Depuis, je l’ai commencé. J’ai déjà avancé sur ce chemin grâce au métier de rigologue qui m’oblige à sortir du cadre et à lâcher tous les codes mais il reste un gros morceau, celui du monde professionnel.
Grande claque : je n’arrive pas à lâcher ce perfectionnisme professionnel, pas prête pour ceci, cela…, j’ai même mis 8 ans à faire mes flyers par une pro, ce n’était jamais le moment. Du coup, j’ai plein d’actions non mises en route.

Alors, aujourd’hui, c’est décidé, je passe à l’action et je me libère dans ce monde pro, comme je peux, car un perfectionniste ne peut changer radicalement.

C’est ce partage que je vais faire lors de mes prochains articles.

Pour mieux comprendre :

« Petite, j’aimais que tout soit beau (c’est en même temps une force mais pas à l’excès), tout devait être en harmonie. Je cherchais à être la bonne petite fille, jolie, souriante, aimable, bonne élève, qui ne dit jamais rien. Petit à petit, l’anxiété a remplacé mon mode de fonctionnement, et j’ai commencé à échouer de plus en plus, la peur de rater me faisait paniquer. J’ai quand même décroché mon bac accompagnée de quelques médicaments.

Issue du monde artistique, je suis montée sur scène seule dès l’âge de 15 ans, là, tout en apprenant qu’il ne fallait rien laisser au hasard, pas un petit poil ne dépassait. Je me surpassais bien sûr.

Puis, je suis devenue responsable logistique, métier parfait pour moi, travailler à la minute près. Bon, j’avais des exigences pour les autres comme pour moi, cela ne devait pas toujours facile. Chaque membre de l’équipe devait avoir une posture parfaite et aussi impliqué que moi. Heureusement, une formation « diplôme pédagogique » a allégé ma posture.

Puis, devenue épouse et mère, j’ai voulu que mes enfants aussi soient parfaits. En famille, je n’étais pas moi-même car je voulais la perfection pour toute l’équipe.

Et, là, patatras, mon corps lâche, des années à comprendre : migraines, douleurs au ventre, au dos, problèmes de sommeil.
J’ai mis du temps, puis ma formation de rigologue m’a permis d’apprendre à me moquer de la situation et à me mettre dans l’imperfection. Ouf ! J’avançais.

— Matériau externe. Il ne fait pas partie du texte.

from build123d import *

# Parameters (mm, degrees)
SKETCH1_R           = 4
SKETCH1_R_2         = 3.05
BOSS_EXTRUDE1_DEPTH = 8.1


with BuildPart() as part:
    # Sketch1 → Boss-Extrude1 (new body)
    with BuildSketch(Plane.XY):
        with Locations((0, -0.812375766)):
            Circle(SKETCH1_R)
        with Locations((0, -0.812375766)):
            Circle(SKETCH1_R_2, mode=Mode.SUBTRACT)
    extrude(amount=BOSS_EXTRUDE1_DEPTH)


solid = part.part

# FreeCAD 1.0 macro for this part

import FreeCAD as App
import Part
import Sketcher

doc = App.newDocument("Part")
body = doc.addObject("PartDesign::Body", "Body")

sketch1 = body.newObject("Sketcher::SketchObject", "Sketch")
sketch1.AttachmentSupport = (doc.getObject("XY_Plane"), [""])
sketch1.MapMode = "FlatFace"
sketch1.addGeometry(Part.Circle(App.Vector(0, -0.812376, 0), App.Vector(0, 0, 1), 4), False)
sketch1.addGeometry(Part.Circle(App.Vector(0, -0.812376, 0), App.Vector(0, 0, 1), 3.05), False)
sketch1.addConstraint(Sketcher.Constraint("Coincident", 1, 3, 0, 3))
sketch1.addConstraint(Sketcher.Constraint("PointOnObject", 0, 3, -2))
sketch1.addConstraint(Sketcher.Constraint("Diameter", 0, 8.0))
sketch1.addConstraint(Sketcher.Constraint("Diameter", 1, 6.1))
sketch1.addConstraint(Sketcher.Constraint("DistanceY", 0, 3, -1, 1, 0.812376))
pad1 = body.newObject("PartDesign::Pad", "Pad")
pad1.Profile = sketch1
pad1.Length = 8.1

doc.recompute()
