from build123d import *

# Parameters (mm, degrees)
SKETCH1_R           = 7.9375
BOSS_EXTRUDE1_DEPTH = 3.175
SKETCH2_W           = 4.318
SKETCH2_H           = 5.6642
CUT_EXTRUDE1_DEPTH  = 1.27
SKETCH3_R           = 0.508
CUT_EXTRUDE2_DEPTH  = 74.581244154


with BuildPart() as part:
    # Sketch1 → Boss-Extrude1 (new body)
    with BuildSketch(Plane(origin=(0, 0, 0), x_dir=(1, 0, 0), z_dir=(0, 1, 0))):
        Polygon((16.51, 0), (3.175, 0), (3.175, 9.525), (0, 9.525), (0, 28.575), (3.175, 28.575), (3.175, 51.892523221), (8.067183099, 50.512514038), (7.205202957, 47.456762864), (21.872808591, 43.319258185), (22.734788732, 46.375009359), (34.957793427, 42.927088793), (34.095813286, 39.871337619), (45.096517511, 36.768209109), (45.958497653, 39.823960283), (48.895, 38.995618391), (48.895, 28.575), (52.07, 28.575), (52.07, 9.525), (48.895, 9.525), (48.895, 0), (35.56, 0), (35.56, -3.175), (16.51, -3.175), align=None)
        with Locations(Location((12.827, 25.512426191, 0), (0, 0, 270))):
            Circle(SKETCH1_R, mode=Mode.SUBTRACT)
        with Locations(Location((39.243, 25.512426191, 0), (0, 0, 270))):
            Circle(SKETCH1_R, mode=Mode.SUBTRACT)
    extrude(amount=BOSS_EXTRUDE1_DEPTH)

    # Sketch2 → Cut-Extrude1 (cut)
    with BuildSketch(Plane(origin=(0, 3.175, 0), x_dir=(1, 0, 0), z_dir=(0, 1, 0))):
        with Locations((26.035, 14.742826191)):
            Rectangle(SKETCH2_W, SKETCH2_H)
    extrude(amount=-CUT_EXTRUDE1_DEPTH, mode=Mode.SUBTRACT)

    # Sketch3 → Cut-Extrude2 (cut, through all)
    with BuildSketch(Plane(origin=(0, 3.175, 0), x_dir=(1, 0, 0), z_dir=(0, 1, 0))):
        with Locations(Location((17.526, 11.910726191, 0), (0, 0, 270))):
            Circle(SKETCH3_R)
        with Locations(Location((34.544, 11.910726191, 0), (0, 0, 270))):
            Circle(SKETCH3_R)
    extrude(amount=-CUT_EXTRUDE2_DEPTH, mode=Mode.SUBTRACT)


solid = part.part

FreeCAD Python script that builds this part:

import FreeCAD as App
import Part
import Sketcher

V = App.Vector
Q = App.Units.Quantity

doc = App.newDocument("Part")
body = doc.addObject("PartDesign::Body", "Body")

# Sketch on XZ plane
sketch1 = doc.addObject("Sketcher::SketchObject", "Sketch")
body.addObject(sketch1)
sketch1.AttachmentSupport = (doc.XZ_Plane, [""])
sketch1.MapMode = "FlatFace"
sketch1.addGeometry([
    Part.LineSegment(V(3.175, 0, 0), V(16.51, 0, 0)),  # 0
    Part.LineSegment(V(16.51, 0, 0), V(16.51, 3.175, 0)),  # 1
    Part.LineSegment(V(16.51, 3.175, 0), V(35.56, 3.175, 0)),  # 2
    Part.LineSegment(V(35.56, 3.175, 0), V(35.56, 0, 0)),  # 3
    Part.LineSegment(V(35.56, 0, 0), V(48.895, 0, 0)),  # 4
    Part.LineSegment(V(48.895, 0, 0), V(48.895, -9.525, 0)),  # 5
    Part.LineSegment(V(48.895, -9.525, 0), V(52.07, -9.525, 0)),  # 6
    Part.LineSegment(V(52.07, -9.525, 0), V(52.07, -28.575, 0)),  # 7
    Part.LineSegment(V(52.07, -28.575, 0), V(48.895, -28.575, 0)),  # 8
    Part.LineSegment(V(48.895, -28.575, 0), V(48.895, -38.995618, 0)),  # 9
    Part.LineSegment(V(48.895, -38.995618, 0), V(45.958498, -39.82396, 0)),  # 10
    Part.LineSegment(V(45.958498, -39.82396, 0), V(45.096518, -36.768209, 0)),  # 11
    Part.LineSegment(V(45.096518, -36.768209, 0), V(34.095813, -39.871338, 0)),  # 12
    Part.LineSegment(V(34.095813, -39.871338, 0), V(34.957793, -42.927089, 0)),  # 13
    Part.LineSegment(V(34.957793, -42.927089, 0), V(22.734789, -46.375009, 0)),  # 14
    Part.LineSegment(V(22.734789, -46.375009, 0), V(21.872809, -43.319258, 0)),  # 15
    Part.LineSegment(V(21.872809, -43.319258, 0), V(7.205203, -47.456763, 0)),  # 16
    Part.LineSegment(V(7.205203, -47.456763, 0), V(8.067183, -50.512514, 0)),  # 17
    Part.LineSegment(V(8.067183, -50.512514, 0), V(3.175, -51.892523, 0)),  # 18
    Part.LineSegment(V(3.175, -51.892523, 0), V(3.175, -28.575, 0)),  # 19
    Part.LineSegment(V(3.175, -28.575, 0), V(0, -28.575, 0)),  # 20
    Part.LineSegment(V(0, -28.575, 0), V(0, -9.525, 0)),  # 21
    Part.LineSegment(V(0, -9.525, 0), V(3.175, -9.525, 0)),  # 22
    Part.LineSegment(V(3.175, -9.525, 0), V(3.175, 0, 0)),  # 23
    Part.Circle(V(39.243, -25.512426, 0), V(0, 0, 1), 7.9375),  # 24
    Part.Circle(V(12.827, -25.512426, 0), V(0, 0, 1), 7.9375),  # 25
], False)
sketch1.addConstraint([
    Sketcher.Constraint("Coincident", 0, 2, 1, 1),
    Sketcher.Constraint("Coincident", 1, 2, 2, 1),
    Sketcher.Constraint("Coincident", 2, 2, 3, 1),
    Sketcher.Constraint("Coincident", 3, 2, 4, 1),
    Sketcher.Constraint("Coincident", 4, 2, 5, 1),
    Sketcher.Constraint("Coincident", 5, 2, 6, 1),
    Sketcher.Constraint("Coincident", 6, 2, 7, 1),
    Sketcher.Constraint("Coincident", 7, 2, 8, 1),
    Sketcher.Constraint("Coincident", 8, 2, 9, 1),
    Sketcher.Constraint("Coincident", 9, 2, 10, 1),
    Sketcher.Constraint("Coincident", 10, 2, 11, 1),
    Sketcher.Constraint("Coincident", 11, 2, 12, 1),
    Sketcher.Constraint("Coincident", 12, 2, 13, 1),
    Sketcher.Constraint("Coincident", 13, 2, 14, 1),
    Sketcher.Constraint("Coincident", 14, 2, 15, 1),
    Sketcher.Constraint("Coincident", 15, 2, 16, 1),
    Sketcher.Constraint("Coincident", 16, 2, 17, 1),
    Sketcher.Constraint("Coincident", 17, 2, 18, 1),
    Sketcher.Constraint("Coincident", 18, 2, 19, 1),
    Sketcher.Constraint("Coincident", 19, 2, 20, 1),
    Sketcher.Constraint("Coincident", 20, 2, 21, 1),
    Sketcher.Constraint("Coincident", 21, 2, 22, 1),
    Sketcher.Constraint("Coincident", 22, 2, 23, 1),
    Sketcher.Constraint("Coincident", 23, 2, 0, 1),
    Sketcher.Constraint("Horizontal", 0),
    Sketcher.Constraint("Vertical", 1),
    Sketcher.Constraint("Horizontal", 2),
    Sketcher.Constraint("Vertical", 3),
    Sketcher.Constraint("Horizontal", 4),
    Sketcher.Constraint("Vertical", 5),
    Sketcher.Constraint("Horizontal", 6),
    Sketcher.Constraint("Vertical", 7),
    Sketcher.Constraint("Horizontal", 8),
    Sketcher.Constraint("Vertical", 9),
    Sketcher.Constraint("Vertical", 19),
    Sketcher.Constraint("Horizontal", 20),
    Sketcher.Constraint("Vertical", 21),
    Sketcher.Constraint("Horizontal", 22),
    Sketcher.Constraint("Vertical", 23),
    Sketcher.Constraint("Equal", 24, 25),
    Sketcher.Constraint("PointOnObject", 0, 2, -1),
    Sketcher.Constraint("PointOnObject", 3, 2, -1),
    Sketcher.Constraint("PointOnObject", 20, 2, -2),
    Sketcher.Constraint("Perpendicular", 10, 11),
    Sketcher.Constraint("Perpendicular", 11, 12),
    Sketcher.Constraint("Perpendicular", 12, 13),
    Sketcher.Constraint("Perpendicular", 13, 14),
    Sketcher.Constraint("Perpendicular", 14, 15),
    Sketcher.Constraint("Perpendicular", 15, 16),
    Sketcher.Constraint("Perpendicular", 16, 17),
    Sketcher.Constraint("Perpendicular", 17, 18),
    Sketcher.Constraint("Horizontal", 24, 3, 25, 3),
    Sketcher.Constraint("Horizontal", 8, 2, 19, 2),
    Sketcher.Constraint("Horizontal", 6, 2, 21, 2),
    Sketcher.Constraint("Vertical", 5, 2, 8, 2),
    Sketcher.Constraint("Vertical", 19, 2, 22, 2),
    Sketcher.Constraint("Equal", 0, 4),
    Sketcher.Constraint("Equal", 8, 20),
    Sketcher.Constraint("Equal", 22, 1),
    Sketcher.Constraint("Equal", 2, 7),
    Sketcher.Constraint("Equal", 11, 13),
    Sketcher.Constraint("Equal", 13, 15),
    Sketcher.Constraint("Equal", 15, 17),
    Sketcher.Constraint("Diameter", 24, Q("0.625 in")),
    Sketcher.Constraint("Distance", 14, Q("0.5 in")),
    Sketcher.Constraint("Distance", 16, Q("0.6 in")),
    Sketcher.Constraint("DistanceX", 2, 1, 2, 2, Q("0.75 in")),
    Sketcher.Constraint("DistanceX", -1, 1, 2, 2, Q("1.4 in")),
    Sketcher.Constraint("DistanceY", 5, 2, 2, 2, Q("0.5 in")),
    Sketcher.Constraint("Distance", 12, Q("0.45 in")),
    Sketcher.Constraint("DistanceX", 0, 1, 0, 2, Q("0.525 in")),
    Sketcher.Constraint("DistanceX", 25, 3, 24, 3, Q("1.04 in")),
    Sketcher.Constraint("DistanceX", 24, 3, 4, 2, Q("0.38 in")),
    Sketcher.Constraint("Distance", 11, Q("0.125 in")),
    Sketcher.Constraint("DistanceY", 9, 2, 9, 1, Q("10.420618 mm")),
    Sketcher.Constraint("DistanceY", 14, 2, 11, 2, Q("9.6068 mm")),
    Sketcher.Constraint("DistanceY", 10, 2, -1, 1, Q("39.82396 mm")),
    Sketcher.Constraint("DistanceY", 12, 2, 24, 3, Q("14.358911 mm")),
])
pad1 = doc.addObject("PartDesign::Pad", "Pad")
body.addObject(pad1)
pad1.Profile = sketch1
pad1.Length = Q("0.125 in")
pad1.Reversed = True

# Sketch on XZ plane
sketch2 = doc.addObject("Sketcher::SketchObject", "Sketch001")
body.addObject(sketch2)
sketch2.AttachmentSupport = (doc.XZ_Plane, [""])
sketch2.MapMode = "FlatFace"
sketch2.AttachmentOffset = App.Placement(V(0, 0, -0.125 * 25.4), App.Rotation())
sketch2.addGeometry([
    Part.LineSegment(V(23.876, -17.574926, 0), V(23.876, -11.910726, 0)),
    Part.LineSegment(V(23.876, -11.910726, 0), V(28.194, -11.910726, 0)),
    Part.LineSegment(V(28.194, -11.910726, 0), V(28.194, -17.574926, 0)),
    Part.LineSegment(V(28.194, -17.574926, 0), V(23.876, -17.574926, 0)),
], False)
sketch2.addConstraint([
    Sketcher.Constraint("Coincident", 0, 2, 1, 1),
    Sketcher.Constraint("Coincident", 1, 2, 2, 1),
    Sketcher.Constraint("Coincident", 2, 2, 3, 1),
    Sketcher.Constraint("Coincident", 3, 2, 0, 1),
    Sketcher.Constraint("Vertical", 0),
    Sketcher.Constraint("Horizontal", 1),
    Sketcher.Constraint("Vertical", 2),
    Sketcher.Constraint("Horizontal", 3),
    Sketcher.Constraint("DistanceX", 1, 1, 1, 2, Q("0.17 in")),
    Sketcher.Constraint("DistanceY", 0, 1, 0, 2, Q("0.223 in")),
    Sketcher.Constraint("DistanceX", -1, 1, 0, 2, Q("0.94 in")),
    Sketcher.Constraint("DistanceY", 0, 2, -1, 1, Q("11.910726 mm")),
])
pocket1 = doc.addObject("PartDesign::Pocket", "Pocket")
body.addObject(pocket1)
pocket1.Profile = sketch2
pocket1.Length = Q("0.05 in")
pocket1.Reversed = True

# Sketch on XZ plane
sketch3 = doc.addObject("Sketcher::SketchObject", "Sketch002")
body.addObject(sketch3)
sketch3.AttachmentSupport = (doc.XZ_Plane, [""])
sketch3.MapMode = "FlatFace"
sketch3.AttachmentOffset = App.Placement(V(0, 0, -0.125 * 25.4), App.Rotation())
sketch3.addGeometry([
    Part.Circle(V(17.526, -11.910726, 0), V(0, 0, 1), 0.508),
    Part.Circle(V(34.544, -11.910726, 0), V(0, 0, 1), 0.508),
], False)
sketch3.addConstraint([
    Sketcher.Constraint("Equal", 0, 1),
    Sketcher.Constraint("Horizontal", 0, 3, 1, 3),
    Sketcher.Constraint("Diameter", 0, Q("0.04 in")),
    Sketcher.Constraint("DistanceX", -1, 1, 0, 3, Q("0.69 in")),
    Sketcher.Constraint("DistanceX", -1, 1, 1, 3, Q("1.36 in")),
    Sketcher.Constraint("DistanceY", 0, 3, -1, 1, Q("11.910726 mm")),
])
pocket2 = doc.addObject("PartDesign::Pocket", "Pocket001")
body.addObject(pocket2)
pocket2.Profile = sketch3
pocket2.Type = "ThroughAll"
pocket2.Reversed = True

doc.recompute()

J’ai entamé un nouveau processus et pourtant aujourd’hui, je m’aperçois qu’il est important pour moi d’arrêter de me freiner dans mes envies et de continuer ce chemin de l’art de l’imperfection.

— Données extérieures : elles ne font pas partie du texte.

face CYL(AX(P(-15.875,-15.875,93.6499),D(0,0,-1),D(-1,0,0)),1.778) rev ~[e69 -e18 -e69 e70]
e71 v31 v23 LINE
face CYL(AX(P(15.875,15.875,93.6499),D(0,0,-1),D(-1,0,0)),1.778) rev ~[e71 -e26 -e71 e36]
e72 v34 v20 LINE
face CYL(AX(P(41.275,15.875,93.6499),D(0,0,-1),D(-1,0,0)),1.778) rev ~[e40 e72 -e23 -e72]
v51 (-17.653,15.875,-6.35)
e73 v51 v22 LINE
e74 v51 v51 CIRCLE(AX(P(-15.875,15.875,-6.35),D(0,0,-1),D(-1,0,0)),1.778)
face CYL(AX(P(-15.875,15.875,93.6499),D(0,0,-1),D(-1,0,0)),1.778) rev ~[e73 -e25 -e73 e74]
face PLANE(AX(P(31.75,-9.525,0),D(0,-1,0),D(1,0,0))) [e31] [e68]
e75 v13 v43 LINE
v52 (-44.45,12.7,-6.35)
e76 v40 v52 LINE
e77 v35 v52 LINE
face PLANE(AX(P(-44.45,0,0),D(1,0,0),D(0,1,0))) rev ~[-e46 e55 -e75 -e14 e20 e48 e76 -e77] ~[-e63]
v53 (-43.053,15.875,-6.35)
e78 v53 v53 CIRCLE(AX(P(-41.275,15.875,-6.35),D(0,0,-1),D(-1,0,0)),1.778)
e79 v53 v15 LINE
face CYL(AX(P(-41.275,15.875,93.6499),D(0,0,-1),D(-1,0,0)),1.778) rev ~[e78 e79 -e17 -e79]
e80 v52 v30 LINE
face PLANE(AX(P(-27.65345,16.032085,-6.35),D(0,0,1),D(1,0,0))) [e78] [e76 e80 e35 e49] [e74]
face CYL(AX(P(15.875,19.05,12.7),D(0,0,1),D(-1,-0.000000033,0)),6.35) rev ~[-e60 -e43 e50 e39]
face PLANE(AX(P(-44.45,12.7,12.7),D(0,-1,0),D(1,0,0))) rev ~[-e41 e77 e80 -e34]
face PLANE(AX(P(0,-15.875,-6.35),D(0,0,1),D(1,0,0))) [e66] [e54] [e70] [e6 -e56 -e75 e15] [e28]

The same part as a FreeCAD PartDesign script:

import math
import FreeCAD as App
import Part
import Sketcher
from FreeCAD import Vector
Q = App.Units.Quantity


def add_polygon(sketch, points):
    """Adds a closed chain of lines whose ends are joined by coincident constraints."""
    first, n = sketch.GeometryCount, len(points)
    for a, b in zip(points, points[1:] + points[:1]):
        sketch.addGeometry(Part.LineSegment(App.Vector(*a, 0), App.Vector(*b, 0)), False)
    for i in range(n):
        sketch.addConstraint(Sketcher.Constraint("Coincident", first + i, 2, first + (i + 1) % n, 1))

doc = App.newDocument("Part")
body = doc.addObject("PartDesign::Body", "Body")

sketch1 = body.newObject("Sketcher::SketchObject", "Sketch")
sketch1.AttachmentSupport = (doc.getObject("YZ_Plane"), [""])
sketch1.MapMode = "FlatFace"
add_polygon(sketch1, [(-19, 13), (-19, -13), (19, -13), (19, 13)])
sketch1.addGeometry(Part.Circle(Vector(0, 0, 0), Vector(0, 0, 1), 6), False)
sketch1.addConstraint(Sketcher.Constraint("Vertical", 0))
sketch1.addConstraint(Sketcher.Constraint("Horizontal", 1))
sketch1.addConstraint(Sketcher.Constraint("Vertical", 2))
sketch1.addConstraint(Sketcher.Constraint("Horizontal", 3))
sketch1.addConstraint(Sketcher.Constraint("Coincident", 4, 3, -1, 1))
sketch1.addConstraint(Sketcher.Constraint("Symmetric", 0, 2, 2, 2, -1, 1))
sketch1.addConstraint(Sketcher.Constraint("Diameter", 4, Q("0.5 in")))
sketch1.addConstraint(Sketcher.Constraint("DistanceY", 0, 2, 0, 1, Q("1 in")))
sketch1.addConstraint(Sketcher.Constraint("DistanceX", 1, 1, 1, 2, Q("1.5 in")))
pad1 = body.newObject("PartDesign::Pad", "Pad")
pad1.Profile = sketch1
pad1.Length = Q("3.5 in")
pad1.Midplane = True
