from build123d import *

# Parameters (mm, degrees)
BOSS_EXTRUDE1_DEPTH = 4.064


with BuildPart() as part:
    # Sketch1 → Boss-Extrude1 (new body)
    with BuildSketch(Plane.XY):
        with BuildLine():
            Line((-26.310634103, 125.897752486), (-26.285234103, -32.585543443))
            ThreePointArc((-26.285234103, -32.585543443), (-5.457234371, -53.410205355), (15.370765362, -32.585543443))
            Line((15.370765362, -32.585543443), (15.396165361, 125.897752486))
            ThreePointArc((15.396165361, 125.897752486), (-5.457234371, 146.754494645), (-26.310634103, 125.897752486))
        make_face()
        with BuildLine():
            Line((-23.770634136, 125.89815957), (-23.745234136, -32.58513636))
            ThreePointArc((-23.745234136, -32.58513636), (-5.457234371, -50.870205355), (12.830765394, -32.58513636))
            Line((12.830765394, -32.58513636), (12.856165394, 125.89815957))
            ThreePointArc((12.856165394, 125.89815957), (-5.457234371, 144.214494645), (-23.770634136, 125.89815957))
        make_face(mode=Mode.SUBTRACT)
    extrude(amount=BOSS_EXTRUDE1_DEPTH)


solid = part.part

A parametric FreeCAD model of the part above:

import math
import FreeCAD as App
import Part
import Sketcher
from FreeCAD import Vector
Q = App.Units.Quantity

doc = App.newDocument("Part")
body = doc.addObject("PartDesign::Body", "Body")

sketch1 = body.newObject("Sketcher::SketchObject", "Sketch")
sketch1.AttachmentSupport = (doc.getObject("XY_Plane"), [""])
sketch1.MapMode = "FlatFace"
sketch1.addGeometry([
    Part.LineSegment(Vector(-26, 126, 0), Vector(-26, -33, 0)),
    Part.ArcOfCircle(Part.Circle(Vector(-5, -33, 0), Vector(0, 0, 1), 21), math.radians(-180), math.radians(0)),
    Part.LineSegment(Vector(15, -33, 0), Vector(15, 126, 0)),
    Part.ArcOfCircle(Part.Circle(Vector(-5, 126, 0), Vector(0, 0, 1), 21), math.radians(0), math.radians(180)),
    Part.LineSegment(Vector(-24, -33, 0), Vector(-24, 126, 0)),
    Part.ArcOfCircle(Part.Circle(Vector(-5, 126, 0), Vector(0, 0, 1), 18), math.radians(0), math.radians(180)),
    Part.LineSegment(Vector(13, 126, 0), Vector(13, -33, 0)),
    Part.ArcOfCircle(Part.Circle(Vector(-5, -33, 0), Vector(0, 0, 1), 18), math.radians(-180), math.radians(0)),
], False)
sketch1.addConstraint([
    Sketcher.Constraint("Tangent", 0, 2, 1, 1),
    Sketcher.Constraint("Tangent", 1, 2, 2, 1),
    Sketcher.Constraint("Tangent", 2, 2, 3, 1),
    Sketcher.Constraint("Tangent", 3, 2, 0, 1),
    Sketcher.Constraint("Tangent", 4, 2, 5, 2),
    Sketcher.Constraint("Tangent", 5, 1, 6, 1),
    Sketcher.Constraint("Tangent", 6, 2, 7, 2),
    Sketcher.Constraint("Tangent", 7, 1, 4, 1),
    Sketcher.Constraint("Coincident", 5, 3, 3, 3),
    Sketcher.Constraint("Coincident", 7, 3, 1, 3),
    Sketcher.Constraint("Parallel", 0, 4),
    Sketcher.Constraint("Horizontal", 0, 2, 1, 2),
    Sketcher.Constraint("Radius", 1, Q("0.82 in")),
    Sketcher.Constraint("Radius", 7, Q("0.72 in")),
    Sketcher.Constraint("Radius", 3, Q("0.821 in")),
    Sketcher.Constraint("Distance", 0, Q("6.2394999 in")),
    Sketcher.Constraint("DistanceY", -1, 1, 4, 2, 125.89816),
    Sketcher.Constraint("DistanceX", 1, 3, -1, 1, 5.457234),
])
pad1 = body.newObject("PartDesign::Pad", "Pad")
pad1.Profile = sketch1
pad1.Length = Q("0.16 in")

doc.recompute()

Alors, je passe à l’action.

Selon l’ouvrage l’art de l’imperfection :

Les caractéristiques

Parcours en ligne droite
Peur de l’échec
Concentration sur la destination
Angle du tout ou rien
Attitude défensive
Attitude tatillonne
Dureté
Rigidité, attitude statique

Les possibles conséquences

Image de soi dégradée
Troubles de l’alimentation
Dysfonctionnement sur le plan sexuel
Dépression
Angoisse
Troubles obsessionnels compulsifs
Troubles psychosomatiques
Fatigue chronique
Alcoolisme
Sociophobie
Crise de panique
Procrastination
Problèmes relation

Alors, vous passez à l’action ?

Dans tous les plans de votre vie (pro, amitié, personnelle, amoureuse…), où en êtes-vous face au perfectionnisme ?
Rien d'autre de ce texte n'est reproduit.